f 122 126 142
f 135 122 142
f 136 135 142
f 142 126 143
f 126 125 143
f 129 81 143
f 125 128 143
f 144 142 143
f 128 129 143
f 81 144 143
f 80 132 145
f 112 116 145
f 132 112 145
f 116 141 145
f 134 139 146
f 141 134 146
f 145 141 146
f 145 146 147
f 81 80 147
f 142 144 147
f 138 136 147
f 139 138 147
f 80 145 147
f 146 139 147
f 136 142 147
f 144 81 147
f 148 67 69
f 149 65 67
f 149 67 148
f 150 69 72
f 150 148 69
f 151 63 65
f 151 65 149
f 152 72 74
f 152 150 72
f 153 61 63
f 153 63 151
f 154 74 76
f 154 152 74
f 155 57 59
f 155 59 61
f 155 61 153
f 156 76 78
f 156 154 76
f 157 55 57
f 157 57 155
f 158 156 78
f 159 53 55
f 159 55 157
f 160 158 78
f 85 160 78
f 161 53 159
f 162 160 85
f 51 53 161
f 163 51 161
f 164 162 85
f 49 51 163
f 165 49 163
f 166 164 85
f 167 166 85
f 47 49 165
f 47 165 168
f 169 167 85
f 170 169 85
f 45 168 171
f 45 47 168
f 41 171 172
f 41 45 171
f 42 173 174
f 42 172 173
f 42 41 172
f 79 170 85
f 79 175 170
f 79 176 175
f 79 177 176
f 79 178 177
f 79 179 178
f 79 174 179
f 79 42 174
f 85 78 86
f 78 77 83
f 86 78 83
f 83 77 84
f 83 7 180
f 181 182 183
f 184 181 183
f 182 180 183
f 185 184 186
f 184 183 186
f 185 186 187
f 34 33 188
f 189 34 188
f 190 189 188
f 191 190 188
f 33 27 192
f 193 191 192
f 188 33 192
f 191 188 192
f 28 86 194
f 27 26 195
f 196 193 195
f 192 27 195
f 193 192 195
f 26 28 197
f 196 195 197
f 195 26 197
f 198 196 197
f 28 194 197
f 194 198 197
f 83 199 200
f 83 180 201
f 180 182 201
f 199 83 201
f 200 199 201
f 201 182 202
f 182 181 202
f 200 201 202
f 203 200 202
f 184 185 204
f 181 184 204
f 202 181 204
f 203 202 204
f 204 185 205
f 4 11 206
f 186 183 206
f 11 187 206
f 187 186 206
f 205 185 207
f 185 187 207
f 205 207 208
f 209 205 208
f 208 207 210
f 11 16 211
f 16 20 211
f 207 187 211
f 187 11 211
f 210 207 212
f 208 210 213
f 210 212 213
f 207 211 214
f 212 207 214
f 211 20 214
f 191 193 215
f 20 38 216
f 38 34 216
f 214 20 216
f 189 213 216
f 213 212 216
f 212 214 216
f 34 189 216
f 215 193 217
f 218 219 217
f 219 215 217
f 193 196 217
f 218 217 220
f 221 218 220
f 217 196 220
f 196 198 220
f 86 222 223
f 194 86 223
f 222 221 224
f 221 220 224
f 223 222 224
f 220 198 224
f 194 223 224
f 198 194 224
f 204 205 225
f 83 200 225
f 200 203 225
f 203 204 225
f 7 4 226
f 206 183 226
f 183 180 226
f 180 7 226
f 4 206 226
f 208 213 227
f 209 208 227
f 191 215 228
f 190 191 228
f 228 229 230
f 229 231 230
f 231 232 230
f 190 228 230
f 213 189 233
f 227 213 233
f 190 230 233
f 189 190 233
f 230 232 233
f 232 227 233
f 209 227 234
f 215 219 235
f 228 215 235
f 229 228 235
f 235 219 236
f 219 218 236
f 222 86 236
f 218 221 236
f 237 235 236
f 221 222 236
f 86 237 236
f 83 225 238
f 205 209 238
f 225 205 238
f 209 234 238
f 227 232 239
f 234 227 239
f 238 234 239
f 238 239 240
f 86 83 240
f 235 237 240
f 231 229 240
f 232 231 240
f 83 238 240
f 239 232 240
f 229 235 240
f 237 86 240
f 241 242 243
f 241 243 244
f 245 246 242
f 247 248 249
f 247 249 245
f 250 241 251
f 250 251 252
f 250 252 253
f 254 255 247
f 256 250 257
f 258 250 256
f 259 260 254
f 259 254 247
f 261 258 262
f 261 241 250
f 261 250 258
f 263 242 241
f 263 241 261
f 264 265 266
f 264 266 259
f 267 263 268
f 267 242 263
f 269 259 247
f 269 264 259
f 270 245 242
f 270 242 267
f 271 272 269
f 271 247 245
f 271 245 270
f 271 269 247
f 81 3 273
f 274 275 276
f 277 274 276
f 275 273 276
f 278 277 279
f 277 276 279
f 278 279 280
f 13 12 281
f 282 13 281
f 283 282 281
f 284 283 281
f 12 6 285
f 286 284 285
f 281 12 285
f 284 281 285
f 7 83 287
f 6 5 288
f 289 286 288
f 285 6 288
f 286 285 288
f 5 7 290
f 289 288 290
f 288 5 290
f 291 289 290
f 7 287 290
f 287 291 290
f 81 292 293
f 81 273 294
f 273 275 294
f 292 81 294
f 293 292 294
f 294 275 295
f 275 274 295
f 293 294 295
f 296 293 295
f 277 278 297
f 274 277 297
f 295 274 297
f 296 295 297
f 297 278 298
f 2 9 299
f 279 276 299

== == ==

Requirement:
Beginning with the line above that contains "f 142 144 147", copy each line exactly up to and including the line that contains "f 190 191 228", and go no further.

Task answer:
f 142 144 147
f 138 136 147
f 139 138 147
f 80 145 147
f 146 139 147
f 136 142 147
f 144 81 147
f 148 67 69
f 149 65 67
f 149 67 148
f 150 69 72
f 150 148 69
f 151 63 65
f 151 65 149
f 152 72 74
f 152 150 72
f 153 61 63
f 153 63 151
f 154 74 76
f 154 152 74
f 155 57 59
f 155 59 61
f 155 61 153
f 156 76 78
f 156 154 76
f 157 55 57
f 157 57 155
f 158 156 78
f 159 53 55
f 159 55 157
f 160 158 78
f 85 160 78
f 161 53 159
f 162 160 85
f 51 53 161
f 163 51 161
f 164 162 85
f 49 51 163
f 165 49 163
f 166 164 85
f 167 166 85
f 47 49 165
f 47 165 168
f 169 167 85
f 170 169 85
f 45 168 171
f 45 47 168
f 41 171 172
f 41 45 171
f 42 173 174
f 42 172 173
f 42 41 172
f 79 170 85
f 79 175 170
f 79 176 175
f 79 177 176
f 79 178 177
f 79 179 178
f 79 174 179
f 79 42 174
f 85 78 86
f 78 77 83
f 86 78 83
f 83 77 84
f 83 7 180
f 181 182 183
f 184 181 183
f 182 180 183
f 185 184 186
f 184 183 186
f 185 186 187
f 34 33 188
f 189 34 188
f 190 189 188
f 191 190 188
f 33 27 192
f 193 191 192
f 188 33 192
f 191 188 192
f 28 86 194
f 27 26 195
f 196 193 195
f 192 27 195
f 193 192 195
f 26 28 197
f 196 195 197
f 195 26 197
f 198 196 197
f 28 194 197
f 194 198 197
f 83 199 200
f 83 180 201
f 180 182 201
f 199 83 201
f 200 199 201
f 201 182 202
f 182 181 202
f 200 201 202
f 203 200 202
f 184 185 204
f 181 184 204
f 202 181 204
f 203 202 204
f 204 185 205
f 4 11 206
f 186 183 206
f 11 187 206
f 187 186 206
f 205 185 207
f 185 187 207
f 205 207 208
f 209 205 208
f 208 207 210
f 11 16 211
f 16 20 211
f 207 187 211
f 187 11 211
f 210 207 212
f 208 210 213
f 210 212 213
f 207 211 214
f 212 207 214
f 211 20 214
f 191 193 215
f 20 38 216
f 38 34 216
f 214 20 216
f 189 213 216
f 213 212 216
f 212 214 216
f 34 189 216
f 215 193 217
f 218 219 217
f 219 215 217
f 193 196 217
f 218 217 220
f 221 218 220
f 217 196 220
f 196 198 220
f 86 222 223
f 194 86 223
f 222 221 224
f 221 220 224
f 223 222 224
f 220 198 224
f 194 223 224
f 198 194 224
f 204 205 225
f 83 200 225
f 200 203 225
f 203 204 225
f 7 4 226
f 206 183 226
f 183 180 226
f 180 7 226
f 4 206 226
f 208 213 227
f 209 208 227
f 191 215 228
f 190 191 228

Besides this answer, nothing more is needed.